* **Task directions**: Going down the listing below, print exactly each line from the one with "extrude(amount=-CUT_EXTRUDE2_DEPTH, mode=Mode.SUBTRACT)" up to and including the one with "chamfer(chamfer2_edges, length=CHAMFER2_SIZE)", and skip the rest.

=======

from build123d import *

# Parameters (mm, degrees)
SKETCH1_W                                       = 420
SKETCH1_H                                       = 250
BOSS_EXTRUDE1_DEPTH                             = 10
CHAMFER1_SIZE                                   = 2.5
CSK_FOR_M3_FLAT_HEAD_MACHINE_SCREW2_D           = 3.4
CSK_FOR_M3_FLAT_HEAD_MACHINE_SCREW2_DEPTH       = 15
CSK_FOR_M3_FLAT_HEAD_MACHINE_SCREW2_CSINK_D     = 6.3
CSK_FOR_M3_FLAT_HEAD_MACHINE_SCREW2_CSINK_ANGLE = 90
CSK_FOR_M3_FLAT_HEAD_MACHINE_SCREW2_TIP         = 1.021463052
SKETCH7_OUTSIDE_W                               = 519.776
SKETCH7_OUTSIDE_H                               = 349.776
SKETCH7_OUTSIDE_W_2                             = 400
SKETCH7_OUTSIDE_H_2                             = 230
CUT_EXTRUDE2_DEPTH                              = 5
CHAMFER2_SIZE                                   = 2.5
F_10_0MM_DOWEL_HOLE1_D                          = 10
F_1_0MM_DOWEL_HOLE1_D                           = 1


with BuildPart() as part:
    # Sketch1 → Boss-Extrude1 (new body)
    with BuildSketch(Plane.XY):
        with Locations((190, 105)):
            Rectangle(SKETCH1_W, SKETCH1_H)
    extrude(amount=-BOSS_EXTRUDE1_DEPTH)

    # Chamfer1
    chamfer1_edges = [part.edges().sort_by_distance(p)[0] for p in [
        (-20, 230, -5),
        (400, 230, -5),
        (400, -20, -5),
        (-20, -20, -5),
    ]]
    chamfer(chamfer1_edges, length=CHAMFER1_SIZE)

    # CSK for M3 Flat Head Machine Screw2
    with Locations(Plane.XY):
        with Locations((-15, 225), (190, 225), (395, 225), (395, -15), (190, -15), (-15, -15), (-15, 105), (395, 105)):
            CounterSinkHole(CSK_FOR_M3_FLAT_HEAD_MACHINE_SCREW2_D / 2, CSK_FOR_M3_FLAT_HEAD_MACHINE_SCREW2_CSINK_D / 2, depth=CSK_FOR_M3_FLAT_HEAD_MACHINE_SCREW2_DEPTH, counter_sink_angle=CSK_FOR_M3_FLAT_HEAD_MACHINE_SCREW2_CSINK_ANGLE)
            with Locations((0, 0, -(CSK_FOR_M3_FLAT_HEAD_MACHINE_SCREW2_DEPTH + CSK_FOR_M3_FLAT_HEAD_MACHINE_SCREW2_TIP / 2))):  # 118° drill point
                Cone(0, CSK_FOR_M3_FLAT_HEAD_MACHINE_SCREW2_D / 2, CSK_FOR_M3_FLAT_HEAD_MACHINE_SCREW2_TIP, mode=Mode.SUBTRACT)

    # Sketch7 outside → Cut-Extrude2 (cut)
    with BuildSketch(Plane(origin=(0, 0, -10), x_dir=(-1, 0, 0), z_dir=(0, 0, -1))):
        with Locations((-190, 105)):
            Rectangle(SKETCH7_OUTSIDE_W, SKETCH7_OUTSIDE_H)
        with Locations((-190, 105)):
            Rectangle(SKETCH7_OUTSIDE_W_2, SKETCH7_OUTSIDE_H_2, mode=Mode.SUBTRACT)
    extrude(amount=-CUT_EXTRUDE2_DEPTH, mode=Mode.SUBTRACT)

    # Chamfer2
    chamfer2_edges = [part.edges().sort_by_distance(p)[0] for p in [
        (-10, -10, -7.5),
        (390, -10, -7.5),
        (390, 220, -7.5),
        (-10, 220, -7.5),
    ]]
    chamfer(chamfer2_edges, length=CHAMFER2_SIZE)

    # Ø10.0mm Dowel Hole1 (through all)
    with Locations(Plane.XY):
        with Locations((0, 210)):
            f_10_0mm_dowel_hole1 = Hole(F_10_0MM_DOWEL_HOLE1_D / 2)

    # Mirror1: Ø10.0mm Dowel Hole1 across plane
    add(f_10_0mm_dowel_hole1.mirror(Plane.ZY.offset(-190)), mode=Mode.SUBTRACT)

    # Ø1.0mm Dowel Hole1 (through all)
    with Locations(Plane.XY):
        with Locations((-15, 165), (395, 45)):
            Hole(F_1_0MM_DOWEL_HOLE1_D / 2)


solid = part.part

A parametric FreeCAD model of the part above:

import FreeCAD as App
import Part
import Sketcher

V = App.Vector
Q = App.Units.Quantity


def edges_at(feature, points):
    """Names of the edges that pass closest to the given points."""
    edges = feature.Shape.Edges
    near = lambda p: min(range(len(edges)), key=lambda i: edges[i].distToShape(Part.Vertex(*p))[0])
    return sorted({f"Edge{near(p) + 1}" for p in points})

doc = App.newDocument("Part")
body = doc.addObject("PartDesign::Body", "Body")

sketch1 = body.newObject("Sketcher::SketchObject", "Sketch")
sketch1.AttachmentSupport = (doc.getObject("XY_Plane"), [""])
sketch1.MapMode = "FlatFace"
sketch1.addGeometry(Part.LineSegment(V(-20, 230, 0), V(-20, -20, 0)), False)
sketch1.addGeometry(Part.LineSegment(V(-20, -20, 0), V(400, -20, 0)), False)
sketch1.addGeometry(Part.LineSegment(V(400, -20, 0), V(400, 230, 0)), False)
sketch1.addGeometry(Part.LineSegment(V(400, 230, 0), V(-20, 230, 0)), False)
sketch1.addConstraint(Sketcher.Constraint("Coincident", 0, 2, 1, 1))
sketch1.addConstraint(Sketcher.Constraint("Coincident", 1, 2, 2, 1))
sketch1.addConstraint(Sketcher.Constraint("Coincident", 2, 2, 3, 1))
sketch1.addConstraint(Sketcher.Constraint("Coincident", 3, 2, 0, 1))
sketch1.addConstraint(Sketcher.Constraint("Vertical", 0))
sketch1.addConstraint(Sketcher.Constraint("Horizontal", 1))
sketch1.addConstraint(Sketcher.Constraint("Vertical", 2))
sketch1.addConstraint(Sketcher.Constraint("Horizontal", 3))
sketch1.addConstraint(Sketcher.Constraint("DistanceX", 1, 1, 1, 2, Q("420 mm")))
sketch1.addConstraint(Sketcher.Constraint("DistanceY", 0, 2, 0, 1, Q("250 mm")))
sketch1.addConstraint(Sketcher.Constraint("DistanceX", 0, 2, -1, 1, Q("20 mm")))
sketch1.addConstraint(Sketcher.Constraint("DistanceY", 0, 2, -1, 1, Q("20 mm")))
pad1 = body.newObject("PartDesign::Pad", "Pad")
pad1.Profile = sketch1
pad1.Length = 10
pad1.Reversed = True
doc.recompute()

chamfer = body.newObject("PartDesign::Chamfer", "Chamfer")
chamfer.Base = (pad1, edges_at(pad1, [
    (-20, 230, -5),
    (400, 230, -5),
    (400, -20, -5),
    (-20, -20, -5),
]))
chamfer.Size = 2.5

sketch2 = body.newObject("Sketcher::SketchObject", "Sketch001")
sketch2.AttachmentSupport = (doc.getObject("XY_Plane"), [""])
sketch2.MapMode = "FlatFace"
sketch2.addGeometry(Part.Circle(V(-15, 225, 0), V(0, 0, 1), 1.7), False)
sketch2.addGeometry(Part.Circle(V(190, 225, 0), V(0, 0, 1), 1.7), False)
sketch2.addGeometry(Part.Circle(V(395, 225, 0), V(0, 0, 1), 1.7), False)
sketch2.addGeometry(Part.Circle(V(395, -15, 0), V(0, 0, 1), 1.7), False)
sketch2.addGeometry(Part.Circle(V(190, -15, 0), V(0, 0, 1), 1.7), False)
sketch2.addGeometry(Part.Circle(V(-15, -15, 0), V(0, 0, 1), 1.7), False)
sketch2.addGeometry(Part.Circle(V(-15, 105, 0), V(0, 0, 1), 1.7), False)
sketch2.addGeometry(Part.Circle(V(395, 105, 0), V(0, 0, 1), 1.7), False)
sketch2.addConstraint(Sketcher.Constraint("Equal", 0, 1))
sketch2.addConstraint(Sketcher.Constraint("Equal", 1, 2))
sketch2.addConstraint(Sketcher.Constraint("Equal", 2, 3))
sketch2.addConstraint(Sketcher.Constraint("Equal", 3, 4))
sketch2.addConstraint(Sketcher.Constraint("Equal", 4, 5))
sketch2.addConstraint(Sketcher.Constraint("Equal", 5, 6))
sketch2.addConstraint(Sketcher.Constraint("Equal", 6, 7))
sketch2.addConstraint(Sketcher.Constraint("Horizontal", 0, 3, 1, 3))
sketch2.addConstraint(Sketcher.Constraint("Horizontal", 1, 3, 2, 3))
sketch2.addConstraint(Sketcher.Constraint("Horizontal", 3, 3, 4, 3))
sketch2.addConstraint(Sketcher.Constraint("Horizontal", 4, 3, 5, 3))
sketch2.addConstraint(Sketcher.Constraint("Horizontal", 6, 3, 7, 3))
sketch2.addConstraint(Sketcher.Constraint("Vertical", 2, 3, 3, 3))
sketch2.addConstraint(Sketcher.Constraint("Vertical", 1, 3, 4, 3))
sketch2.addConstraint(Sketcher.Constraint("Vertical", 0, 3, 5, 3))
sketch2.addConstraint(Sketcher.Constraint("Vertical", 5, 3, 6, 3))
sketch2.addConstraint(Sketcher.Constraint("Vertical", 3, 3, 7, 3))
sketch2.addConstraint(Sketcher.Constraint("Diameter", 0, Q("3.4 mm")))
sketch2.addConstraint(Sketcher.Constraint("DistanceX", 0, 3, -1, 1, Q("15 mm")))
sketch2.addConstraint(Sketcher.Constraint("DistanceY", -1, 1, 0, 3, Q("225 mm")))
sketch2.addConstraint(Sketcher.Constraint("DistanceX", -1, 1, 1, 3, Q("190 mm")))
sketch2.addConstraint(Sketcher.Constraint("DistanceX", -1, 1, 2, 3, Q("395 mm")))
sketch2.addConstraint(Sketcher.Constraint("DistanceY", 3, 3, -1, 1, Q("15 mm")))
sketch2.addConstraint(Sketcher.Constraint("DistanceY", -1, 1, 6, 3, Q("105 mm")))
doc.recompute()
hole = body.newObject("PartDesign::Hole", "Hole")
hole.Profile = sketch2
hole.ThreadType = "None"
hole.Diameter = 3.4
hole.DepthType = "Dimension"
hole.Depth = 15
hole.DrillPoint = "Angled"
hole.DrillPointAngle = 118
hole.HoleCutType = "Countersink"
hole.HoleCutDiameter = 6.3
hole.HoleCutCountersinkAngle = 90

sketch3 = body.newObject("Sketcher::SketchObject", "Sketch002")
sketch3.AttachmentSupport = (doc.getObject("XY_Plane"), [""])
sketch3.MapMode = "FlatFace"
sketch3.AttachmentOffset = App.Placement(V(0, 0, -10), App.Rotation())
sketch3.addGeometry(Part.LineSegment(V(450, 280, 0), V(450, -70, 0)), False)
sketch3.addGeometry(Part.LineSegment(V(450, -70, 0), V(-70, -70, 0)), False)
sketch3.addGeometry(Part.LineSegment(V(-70, -70, 0), V(-70, 280, 0)), False)
sketch3.addGeometry(Part.LineSegment(V(-70, 280, 0), V(450, 280, 0)), False)
sketch3.addGeometry(Part.LineSegment(V(-10, -10, 0), V(390, -10, 0)), False)
sketch3.addGeometry(Part.LineSegment(V(390, -10, 0), V(390, 220, 0)), False)
sketch3.addGeometry(Part.LineSegment(V(390, 220, 0), V(-10, 220, 0)), False)
sketch3.addGeometry(Part.LineSegment(V(-10, 220, 0), V(-10, -10, 0)), False)
sketch3.addConstraint(Sketcher.Constraint("Coincident", 0, 2, 1, 1))
sketch3.addConstraint(Sketcher.Constraint("Coincident", 1, 2, 2, 1))
sketch3.addConstraint(Sketcher.Constraint("Coincident", 2, 2, 3, 1))
sketch3.addConstraint(Sketcher.Constraint("Coincident", 3, 2, 0, 1))
sketch3.addConstraint(Sketcher.Constraint("Coincident", 4, 2, 5, 1))
sketch3.addConstraint(Sketcher.Constraint("Coincident", 5, 2, 6, 1))
sketch3.addConstraint(Sketcher.Constraint("Coincident", 6, 2, 7, 1))
sketch3.addConstraint(Sketcher.Constraint("Coincident", 7, 2, 4, 1))
sketch3.addConstraint(Sketcher.Constraint("Vertical", 0))
sketch3.addConstraint(Sketcher.Constraint("Horizontal", 1))
sketch3.addConstraint(Sketcher.Constraint("Vertical", 2))
sketch3.addConstraint(Sketcher.Constraint("Horizontal", 3))
sketch3.addConstraint(Sketcher.Constraint("Horizontal", 4))
sketch3.addConstraint(Sketcher.Constraint("Vertical", 5))
sketch3.addConstraint(Sketcher.Constraint("Horizontal", 6))
sketch3.addConstraint(Sketcher.Constraint("Vertical", 7))
sketch3.addConstraint(Sketcher.Constraint("DistanceX", 4, 1, 4, 2, Q("400 mm")))
sketch3.addConstraint(Sketcher.Constraint("DistanceY", 5, 1, 5, 2, Q("230 mm")))
sketch3.addConstraint(Sketcher.Constraint("DistanceX", -1, 1, 4, 2, Q("390 mm")))
sketch3.addConstraint(Sketcher.Constraint("DistanceY", 4, 2, -1, 1, Q("10 mm")))
sketch3.addConstraint(Sketcher.Constraint("DistanceX", 1, 2, 1, 1, Q("519.776 mm")))
sketch3.addConstraint(Sketcher.Constraint("DistanceY", 0, 2, 0, 1, Q("349.776 mm")))
sketch3.addConstraint(Sketcher.Constraint("DistanceX", -1, 1, 0, 2, Q("449.888 mm")))
sketch3.addConstraint(Sketcher.Constraint("DistanceY", 0, 2, -1, 1, Q("69.888 mm")))
pocket1 = body.newObject("PartDesign::Pocket", "Pocket")
pocket1.Profile = sketch3
pocket1.Length = 5
pocket1.Reversed = True
doc.recompute()

chamfer2 = body.newObject("PartDesign::Chamfer", "Chamfer001")
chamfer2.Base = (pocket1, edges_at(pocket1, [
    (-10, -10, -7.5),
    (390, -10, -7.5),
    (390, 220, -7.5),
    (-10, 220, -7.5),
]))
chamfer2.Size = 2.5

sketch4 = body.newObject("Sketcher::SketchObject", "Sketch003")
sketch4.AttachmentSupport = (doc.getObject("XY_Plane"), [""])
sketch4.MapMode = "FlatFace"
sketch4.addGeometry(Part.Circle(V(0, 210, 0), V(0, 0, 1), 5), False)
sketch4.addConstraint(Sketcher.Constraint("PointOnObject", 0, 3, -2))
sketch4.addConstraint(Sketcher.Constraint("Diameter", 0, Q("10 mm")))
sketch4.addConstraint(Sketcher.Constraint("DistanceY", -1, 1, 0, 3, Q("210 mm")))
doc.recompute()
hole2 = body.newObject("PartDesign::Hole", "Hole001")
hole2.Profile = sketch4
hole2.ThreadType = "None"
hole2.Diameter = 10
hole2.DepthType = "ThroughAll"
doc.recompute()

datumplane = body.newObject("PartDesign::Plane", "DatumPlane")
datumplane.AttachmentSupport = (doc.getObject("YZ_Plane"), [""])
datumplane.MapMode = "FlatFace"
datumplane.AttachmentOffset = App.Placement(V(0, 0, 190), App.Rotation())
mirrored = body.newObject("PartDesign::Mirrored", "Mirrored")
mirrored.Originals = [hole2]
mirrored.MirrorPlane = (datumplane, [""])
body.Tip = mirrored

sketch5 = body.newObject("Sketcher::SketchObject", "Sketch004")
sketch5.AttachmentSupport = (doc.getObject("XY_Plane"), [""])
sketch5.MapMode = "FlatFace"
sketch5.addGeometry(Part.Circle(V(-15, 165, 0), V(0, 0, 1), 0.5), False)
sketch5.addGeometry(Part.Circle(V(395, 45, 0), V(0, 0, 1), 0.5), False)
sketch5.addConstraint(Sketcher.Constraint("Equal", 0, 1))
sketch5.addConstraint(Sketcher.Constraint("Diameter", 0, Q("1 mm")))
sketch5.addConstraint(Sketcher.Constraint("DistanceX", 0, 3, -1, 1, Q("15 mm")))
sketch5.addConstraint(Sketcher.Constraint("DistanceY", -1, 1, 0, 3, Q("165 mm")))
sketch5.addConstraint(Sketcher.Constraint("DistanceX", -1, 1, 1, 3, Q("395 mm")))
sketch5.addConstraint(Sketcher.Constraint("DistanceY", -1, 1, 1, 3, Q("45 mm")))
doc.recompute()
hole3 = body.newObject("PartDesign::Hole", "Hole002")
hole3.Profile = sketch5
hole3.ThreadType = "None"
hole3.Diameter = 1
hole3.DepthType = "ThroughAll"

doc.recompute()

=======

* **Output of the exercise**:
    extrude(amount=-CUT_EXTRUDE2_DEPTH, mode=Mode.SUBTRACT)

    # Chamfer2
    chamfer2_edges = [part.edges().sort_by_distance(p)[0] for p in [
        (-10, -10, -7.5),
        (390, -10, -7.5),
        (390, 220, -7.5),
        (-10, 220, -7.5),
    ]]
    chamfer(chamfer2_edges, length=CHAMFER2_SIZE)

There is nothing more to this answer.